What kind of fetal tissue can be used for donation or transplant? According to the statute, fetal tissue for donation or transplant can come from spontaneous abortions, induced abortions, or stillbirth. The law prevents patients and providers from intentionally aborting for the purposes of harvesting fetal remains. But the most important factor governing the regulation of fetal tissue donation and transplant is whether the pregnant patient consents to the donation and transfer of the fetal remains.
In addition to the specific federal statute, all 50 states and the District of Columbia have adopted the Uniform Anatomical Gift Act, which also governs tissue and organ donation for therapeutic and research purposes from all dead humans, including aborted fetuses. Many states specifically require pregnant patients consent to the transplant or donation prior to the abortion as opposed to after.

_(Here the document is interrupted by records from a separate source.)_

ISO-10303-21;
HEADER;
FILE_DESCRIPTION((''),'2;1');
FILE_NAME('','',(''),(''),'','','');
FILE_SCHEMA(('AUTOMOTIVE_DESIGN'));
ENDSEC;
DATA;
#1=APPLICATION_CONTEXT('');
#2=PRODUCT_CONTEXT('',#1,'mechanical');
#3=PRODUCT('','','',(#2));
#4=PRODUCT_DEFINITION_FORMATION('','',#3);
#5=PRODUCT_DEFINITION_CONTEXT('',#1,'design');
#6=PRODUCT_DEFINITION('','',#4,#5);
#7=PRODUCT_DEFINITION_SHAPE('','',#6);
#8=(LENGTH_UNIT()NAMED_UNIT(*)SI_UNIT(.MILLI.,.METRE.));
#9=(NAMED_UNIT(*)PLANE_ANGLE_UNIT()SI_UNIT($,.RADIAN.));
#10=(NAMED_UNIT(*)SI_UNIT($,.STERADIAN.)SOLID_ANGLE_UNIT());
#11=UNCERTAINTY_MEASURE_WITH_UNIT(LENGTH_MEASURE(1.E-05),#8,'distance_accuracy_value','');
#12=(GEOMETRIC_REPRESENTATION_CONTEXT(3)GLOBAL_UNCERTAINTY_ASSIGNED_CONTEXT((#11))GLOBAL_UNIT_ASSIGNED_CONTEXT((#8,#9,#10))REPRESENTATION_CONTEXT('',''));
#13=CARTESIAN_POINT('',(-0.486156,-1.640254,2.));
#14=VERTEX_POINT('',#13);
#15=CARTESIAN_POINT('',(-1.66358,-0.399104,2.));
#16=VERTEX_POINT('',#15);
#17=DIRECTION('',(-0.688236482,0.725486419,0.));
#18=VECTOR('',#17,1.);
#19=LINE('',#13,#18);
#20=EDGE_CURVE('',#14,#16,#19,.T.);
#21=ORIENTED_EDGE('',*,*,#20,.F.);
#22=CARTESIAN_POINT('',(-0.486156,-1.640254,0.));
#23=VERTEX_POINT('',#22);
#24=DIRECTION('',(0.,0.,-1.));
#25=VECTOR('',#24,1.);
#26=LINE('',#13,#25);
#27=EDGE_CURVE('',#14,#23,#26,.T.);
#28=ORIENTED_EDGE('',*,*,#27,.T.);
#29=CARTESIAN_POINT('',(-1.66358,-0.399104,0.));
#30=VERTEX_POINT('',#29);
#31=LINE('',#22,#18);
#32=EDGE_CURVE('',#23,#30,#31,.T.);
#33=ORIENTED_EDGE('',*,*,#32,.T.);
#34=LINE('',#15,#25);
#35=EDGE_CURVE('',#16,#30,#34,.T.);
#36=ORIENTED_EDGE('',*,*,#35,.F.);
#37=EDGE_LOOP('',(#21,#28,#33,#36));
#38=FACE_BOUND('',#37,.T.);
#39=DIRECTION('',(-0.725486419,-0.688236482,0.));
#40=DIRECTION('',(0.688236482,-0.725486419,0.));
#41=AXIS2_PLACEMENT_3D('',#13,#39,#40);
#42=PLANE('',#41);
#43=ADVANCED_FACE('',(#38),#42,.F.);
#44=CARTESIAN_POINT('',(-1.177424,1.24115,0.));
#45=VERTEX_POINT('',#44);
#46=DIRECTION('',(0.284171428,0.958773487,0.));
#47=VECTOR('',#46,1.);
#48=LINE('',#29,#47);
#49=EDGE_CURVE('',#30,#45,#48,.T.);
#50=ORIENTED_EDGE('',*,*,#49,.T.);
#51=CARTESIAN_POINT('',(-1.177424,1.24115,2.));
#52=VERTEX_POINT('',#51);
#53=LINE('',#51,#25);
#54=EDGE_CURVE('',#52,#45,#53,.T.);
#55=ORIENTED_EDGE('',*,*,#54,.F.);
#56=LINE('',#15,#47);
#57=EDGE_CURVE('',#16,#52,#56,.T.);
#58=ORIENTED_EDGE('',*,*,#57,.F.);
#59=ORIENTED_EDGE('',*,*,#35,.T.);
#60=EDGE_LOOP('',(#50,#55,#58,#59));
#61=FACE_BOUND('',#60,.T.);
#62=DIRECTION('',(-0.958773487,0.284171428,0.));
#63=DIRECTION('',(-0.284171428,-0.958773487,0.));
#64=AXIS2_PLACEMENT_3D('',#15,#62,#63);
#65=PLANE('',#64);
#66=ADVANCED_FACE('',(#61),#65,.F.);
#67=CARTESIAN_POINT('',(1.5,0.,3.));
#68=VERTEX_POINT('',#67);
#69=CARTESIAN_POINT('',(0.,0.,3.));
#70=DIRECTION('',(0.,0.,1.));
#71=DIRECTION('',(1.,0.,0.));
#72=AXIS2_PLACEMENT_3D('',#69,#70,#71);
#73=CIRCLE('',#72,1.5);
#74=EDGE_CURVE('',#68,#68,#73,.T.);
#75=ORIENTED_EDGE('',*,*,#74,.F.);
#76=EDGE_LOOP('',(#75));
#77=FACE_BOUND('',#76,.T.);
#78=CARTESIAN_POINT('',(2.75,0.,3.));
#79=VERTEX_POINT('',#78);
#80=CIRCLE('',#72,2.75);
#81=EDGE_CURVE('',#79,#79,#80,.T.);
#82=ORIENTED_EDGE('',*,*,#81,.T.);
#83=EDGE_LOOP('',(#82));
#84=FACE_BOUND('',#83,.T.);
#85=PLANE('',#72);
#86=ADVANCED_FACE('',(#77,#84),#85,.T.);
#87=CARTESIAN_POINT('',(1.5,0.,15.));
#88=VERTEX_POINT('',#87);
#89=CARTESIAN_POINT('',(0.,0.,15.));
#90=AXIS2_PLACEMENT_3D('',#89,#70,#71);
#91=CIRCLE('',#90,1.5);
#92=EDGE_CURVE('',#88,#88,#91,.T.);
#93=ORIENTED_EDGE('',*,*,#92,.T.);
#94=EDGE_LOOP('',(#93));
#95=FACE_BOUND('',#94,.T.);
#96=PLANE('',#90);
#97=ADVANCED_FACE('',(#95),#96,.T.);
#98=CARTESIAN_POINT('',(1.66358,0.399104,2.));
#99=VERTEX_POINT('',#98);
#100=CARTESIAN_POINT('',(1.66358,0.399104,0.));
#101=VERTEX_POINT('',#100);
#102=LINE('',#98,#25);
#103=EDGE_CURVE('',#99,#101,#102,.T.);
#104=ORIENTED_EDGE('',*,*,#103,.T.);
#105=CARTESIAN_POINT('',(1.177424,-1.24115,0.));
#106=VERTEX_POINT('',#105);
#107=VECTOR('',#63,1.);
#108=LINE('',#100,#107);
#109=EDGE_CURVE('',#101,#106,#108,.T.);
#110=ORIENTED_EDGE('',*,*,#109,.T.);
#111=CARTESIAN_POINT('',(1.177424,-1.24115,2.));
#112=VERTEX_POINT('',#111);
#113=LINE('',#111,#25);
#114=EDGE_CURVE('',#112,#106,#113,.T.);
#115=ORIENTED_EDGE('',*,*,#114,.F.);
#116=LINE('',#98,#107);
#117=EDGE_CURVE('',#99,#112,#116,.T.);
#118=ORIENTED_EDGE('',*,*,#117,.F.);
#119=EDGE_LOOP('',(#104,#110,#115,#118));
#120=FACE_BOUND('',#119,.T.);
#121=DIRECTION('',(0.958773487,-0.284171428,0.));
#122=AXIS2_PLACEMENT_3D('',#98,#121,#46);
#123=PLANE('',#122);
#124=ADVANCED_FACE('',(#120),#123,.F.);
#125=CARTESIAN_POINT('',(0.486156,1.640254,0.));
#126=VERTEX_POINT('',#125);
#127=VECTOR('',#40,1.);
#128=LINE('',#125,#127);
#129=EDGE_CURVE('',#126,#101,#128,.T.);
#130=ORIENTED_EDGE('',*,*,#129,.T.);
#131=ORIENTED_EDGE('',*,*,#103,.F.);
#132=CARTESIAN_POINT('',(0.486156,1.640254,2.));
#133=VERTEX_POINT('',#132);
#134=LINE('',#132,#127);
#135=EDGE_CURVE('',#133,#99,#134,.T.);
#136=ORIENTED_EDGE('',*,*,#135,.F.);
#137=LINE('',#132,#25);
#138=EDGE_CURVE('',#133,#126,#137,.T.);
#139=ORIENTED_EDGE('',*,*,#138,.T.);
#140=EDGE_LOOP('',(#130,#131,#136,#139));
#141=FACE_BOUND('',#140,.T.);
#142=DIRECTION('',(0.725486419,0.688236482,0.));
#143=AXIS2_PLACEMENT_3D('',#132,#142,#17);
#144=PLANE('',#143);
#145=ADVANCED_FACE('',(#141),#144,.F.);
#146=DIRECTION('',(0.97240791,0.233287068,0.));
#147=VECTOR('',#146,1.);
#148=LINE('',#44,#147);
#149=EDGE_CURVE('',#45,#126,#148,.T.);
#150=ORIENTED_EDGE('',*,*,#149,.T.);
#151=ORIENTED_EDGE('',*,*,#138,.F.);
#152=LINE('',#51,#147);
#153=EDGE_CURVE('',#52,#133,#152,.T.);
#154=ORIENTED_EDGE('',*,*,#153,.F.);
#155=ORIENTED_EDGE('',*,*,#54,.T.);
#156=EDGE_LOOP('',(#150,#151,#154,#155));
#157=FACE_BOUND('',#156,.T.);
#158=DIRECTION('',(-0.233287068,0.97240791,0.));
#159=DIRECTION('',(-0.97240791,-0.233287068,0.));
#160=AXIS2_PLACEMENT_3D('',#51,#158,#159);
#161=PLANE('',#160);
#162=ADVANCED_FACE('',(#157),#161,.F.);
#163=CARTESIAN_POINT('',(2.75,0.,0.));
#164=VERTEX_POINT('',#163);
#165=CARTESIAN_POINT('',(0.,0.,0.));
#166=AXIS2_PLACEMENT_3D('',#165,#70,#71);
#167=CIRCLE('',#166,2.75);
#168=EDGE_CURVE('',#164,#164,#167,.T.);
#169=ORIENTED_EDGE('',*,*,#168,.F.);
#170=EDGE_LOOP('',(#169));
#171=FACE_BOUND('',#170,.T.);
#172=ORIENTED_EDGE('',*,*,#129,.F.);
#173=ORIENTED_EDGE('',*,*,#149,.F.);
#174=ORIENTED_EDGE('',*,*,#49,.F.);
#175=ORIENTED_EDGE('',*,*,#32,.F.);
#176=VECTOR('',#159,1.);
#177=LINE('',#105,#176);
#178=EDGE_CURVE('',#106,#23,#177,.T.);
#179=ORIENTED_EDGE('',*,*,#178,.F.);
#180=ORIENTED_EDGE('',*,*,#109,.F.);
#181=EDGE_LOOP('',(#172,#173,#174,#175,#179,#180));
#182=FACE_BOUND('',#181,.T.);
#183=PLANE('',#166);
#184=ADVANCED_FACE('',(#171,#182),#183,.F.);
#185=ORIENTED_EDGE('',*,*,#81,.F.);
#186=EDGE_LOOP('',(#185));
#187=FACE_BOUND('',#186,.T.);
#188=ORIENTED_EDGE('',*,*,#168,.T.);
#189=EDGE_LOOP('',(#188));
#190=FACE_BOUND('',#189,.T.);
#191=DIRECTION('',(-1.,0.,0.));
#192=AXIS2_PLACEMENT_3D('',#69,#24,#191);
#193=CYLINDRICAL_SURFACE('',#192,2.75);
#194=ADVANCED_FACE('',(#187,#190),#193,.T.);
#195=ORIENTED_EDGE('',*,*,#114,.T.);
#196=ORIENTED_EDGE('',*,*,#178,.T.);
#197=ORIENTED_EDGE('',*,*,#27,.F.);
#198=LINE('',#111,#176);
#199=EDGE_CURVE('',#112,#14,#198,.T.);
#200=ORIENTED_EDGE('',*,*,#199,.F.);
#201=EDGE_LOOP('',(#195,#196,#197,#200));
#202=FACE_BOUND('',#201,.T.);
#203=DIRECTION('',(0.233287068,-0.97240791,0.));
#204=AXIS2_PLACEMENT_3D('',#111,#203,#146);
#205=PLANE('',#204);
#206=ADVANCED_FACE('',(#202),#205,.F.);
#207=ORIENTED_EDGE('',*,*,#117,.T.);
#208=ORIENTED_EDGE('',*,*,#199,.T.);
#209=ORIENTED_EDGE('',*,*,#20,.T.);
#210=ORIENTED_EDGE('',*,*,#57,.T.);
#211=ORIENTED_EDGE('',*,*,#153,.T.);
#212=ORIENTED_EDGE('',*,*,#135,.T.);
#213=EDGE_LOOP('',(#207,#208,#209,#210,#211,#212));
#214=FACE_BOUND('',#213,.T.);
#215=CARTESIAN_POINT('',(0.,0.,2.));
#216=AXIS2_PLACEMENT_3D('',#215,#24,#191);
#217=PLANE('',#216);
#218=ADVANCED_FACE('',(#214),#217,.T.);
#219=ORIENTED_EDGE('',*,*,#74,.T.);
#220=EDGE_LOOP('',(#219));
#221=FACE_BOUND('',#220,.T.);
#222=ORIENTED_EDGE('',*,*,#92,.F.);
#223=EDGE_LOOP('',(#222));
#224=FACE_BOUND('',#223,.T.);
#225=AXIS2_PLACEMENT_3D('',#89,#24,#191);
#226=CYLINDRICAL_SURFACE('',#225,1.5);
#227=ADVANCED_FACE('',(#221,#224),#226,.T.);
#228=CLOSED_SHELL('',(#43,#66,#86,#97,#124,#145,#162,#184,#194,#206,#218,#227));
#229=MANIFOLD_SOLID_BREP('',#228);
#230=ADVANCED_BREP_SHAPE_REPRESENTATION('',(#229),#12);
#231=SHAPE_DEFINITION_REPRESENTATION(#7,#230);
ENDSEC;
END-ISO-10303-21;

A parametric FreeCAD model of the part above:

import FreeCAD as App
import Part
import Sketcher
from FreeCAD import Vector

doc = App.newDocument("Part")
params = doc.addObject("Spreadsheet::Sheet", "Params")
for row, (alias, value) in enumerate([
    ("sketch1_diameter", "5.5 mm"),
    ("pad1_length", "3 mm"),
    ("sketch2_diameter", "3 mm"),
    ("pad2_length", "12 mm"),
    ("pocket1_length", "2 mm"),
], start=1):
    params.set(f"A{row}", alias)
    params.set(f"B{row}", "=" + value)
    params.setAlias(f"B{row}", alias)

body = doc.addObject("PartDesign::Body", "Body")

sketch1 = doc.addObject("Sketcher::SketchObject", "Sketch")
body.addObject(sketch1)
sketch1.AttachmentSupport = (doc.XY_Plane, [""])
sketch1.MapMode = "FlatFace"
sketch1.addGeometry(Part.Circle(Vector(0, 0, 0), Vector(0, 0, 1), 2.8), False)
sketch1.addConstraint([
    Sketcher.Constraint("Coincident", 0, 3, -1, 1),
    Sketcher.Constraint("Diameter", 0, 5.5),
])
sketch1.setExpression("Constraints[1]", "Params.sketch1_diameter")
pad1 = doc.addObject("PartDesign::Pad", "Pad")
body.addObject(pad1)
pad1.Profile = sketch1
pad1.setExpression("Length", "Params.pad1_length")

sketch2 = doc.addObject("Sketcher::SketchObject", "Sketch001")
body.addObject(sketch2)
sketch2.AttachmentSupport = (doc.XY_Plane, [""])
sketch2.MapMode = "FlatFace"
sketch2.AttachmentOffset = App.Placement(Vector(0, 0, 3), App.Rotation())
sketch2.addGeometry(Part.Circle(Vector(0, 0, 0), Vector(0, 0, 1), 1.5), False)
sketch2.addConstraint([
    Sketcher.Constraint("Coincident", 0, 3, -1, 1),
    Sketcher.Constraint("Diameter", 0, 3.0),
])
sketch2.setExpression("Constraints[1]", "Params.sketch2_diameter")
pad2 = doc.addObject("PartDesign::Pad", "Pad001")
body.addObject(pad2)
pad2.Profile = sketch2
pad2.setExpression("Length", "Params.pad2_length")

sketch3 = doc.addObject("Sketcher::SketchObject", "Sketch002")
body.addObject(sketch3)
sketch3.AttachmentSupport = (doc.XY_Plane, [""])
sketch3.MapMode = "FlatFace"
sketch3.addGeometry([
    Part.LineSegment(Vector(-1.7, -0.4, 0), Vector(-1.2, 1.2, 0)),
    Part.LineSegment(Vector(-1.2, 1.2, 0), Vector(0.5, 1.6, 0)),
    Part.LineSegment(Vector(0.5, 1.6, 0), Vector(1.7, 0.4, 0)),
    Part.LineSegment(Vector(1.7, 0.4, 0), Vector(1.2, -1.2, 0)),
    Part.LineSegment(Vector(1.2, -1.2, 0), Vector(-0.5, -1.6, 0)),
    Part.LineSegment(Vector(-0.5, -1.6, 0), Vector(-1.7, -0.4, 0)),
], False)
sketch3.addConstraint([
    Sketcher.Constraint("Coincident", 0, 2, 1, 1),
    Sketcher.Constraint("Coincident", 1, 2, 2, 1),
    Sketcher.Constraint("Coincident", 2, 2, 3, 1),
    Sketcher.Constraint("Coincident", 3, 2, 4, 1),
    Sketcher.Constraint("Coincident", 4, 2, 5, 1),
    Sketcher.Constraint("Coincident", 5, 2, 0, 1),
    Sketcher.Constraint("Symmetric", 0, 2, 3, 2, -1, 1),
    Sketcher.Constraint("Symmetric", 1, 2, 4, 2, -1, 1),
    Sketcher.Constraint("Symmetric", 2, 2, 5, 2, -1, 1),
    Sketcher.Constraint("Equal", 0, 1),
    Sketcher.Constraint("Equal", 1, 2),
    Sketcher.Constraint("DistanceY", 3, 2, 0, 2, 2.482301),
    Sketcher.Constraint("DistanceX", -1, 1, 2, 2, 1.66358),
    Sketcher.Constraint("DistanceX", 0, 2, 1, 2, 1.66358),
    Sketcher.Constraint("DistanceY", 2, 2, 1, 2, 1.24115),
])
pocket1 = doc.addObject("PartDesign::Pocket", "Pocket")
body.addObject(pocket1)
pocket1.Profile = sketch3
pocket1.setExpression("Length", "Params.pocket1_length")
pocket1.Reversed = True

doc.recompute()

There are two key takeaways here, both of which the anti-choice community has ignored entirely in its latest attempt to take out Planned Parenthood.
One: Both federal and state law support fetal tissue transfer and donation because, like organ and tissue donation generally, such donations are critical to medical advances that help everyone, including those who oppose abortion.
Second: Patient wishes and informed consent always come first, second, and last in the conversation about whether or not to terminate a pregnancy and what to do with those remains if termination takes place.
One final point. Anti-choice activists and lawmakers have since Roe v. Wade attacked biomedical research as a means of restricting abortion access. These strikes include federal restrictions on stem-cell research; state-level “fetal remains disposal” laws; and attempts to criminalize aborting for purposes of donating fetal remains. CMP’s latest attempts fall into a long-line of anti-science, anti-fact campaigns designed to elevate religious and moral beliefs about the worth of a fetus over the legal and moral rights of women.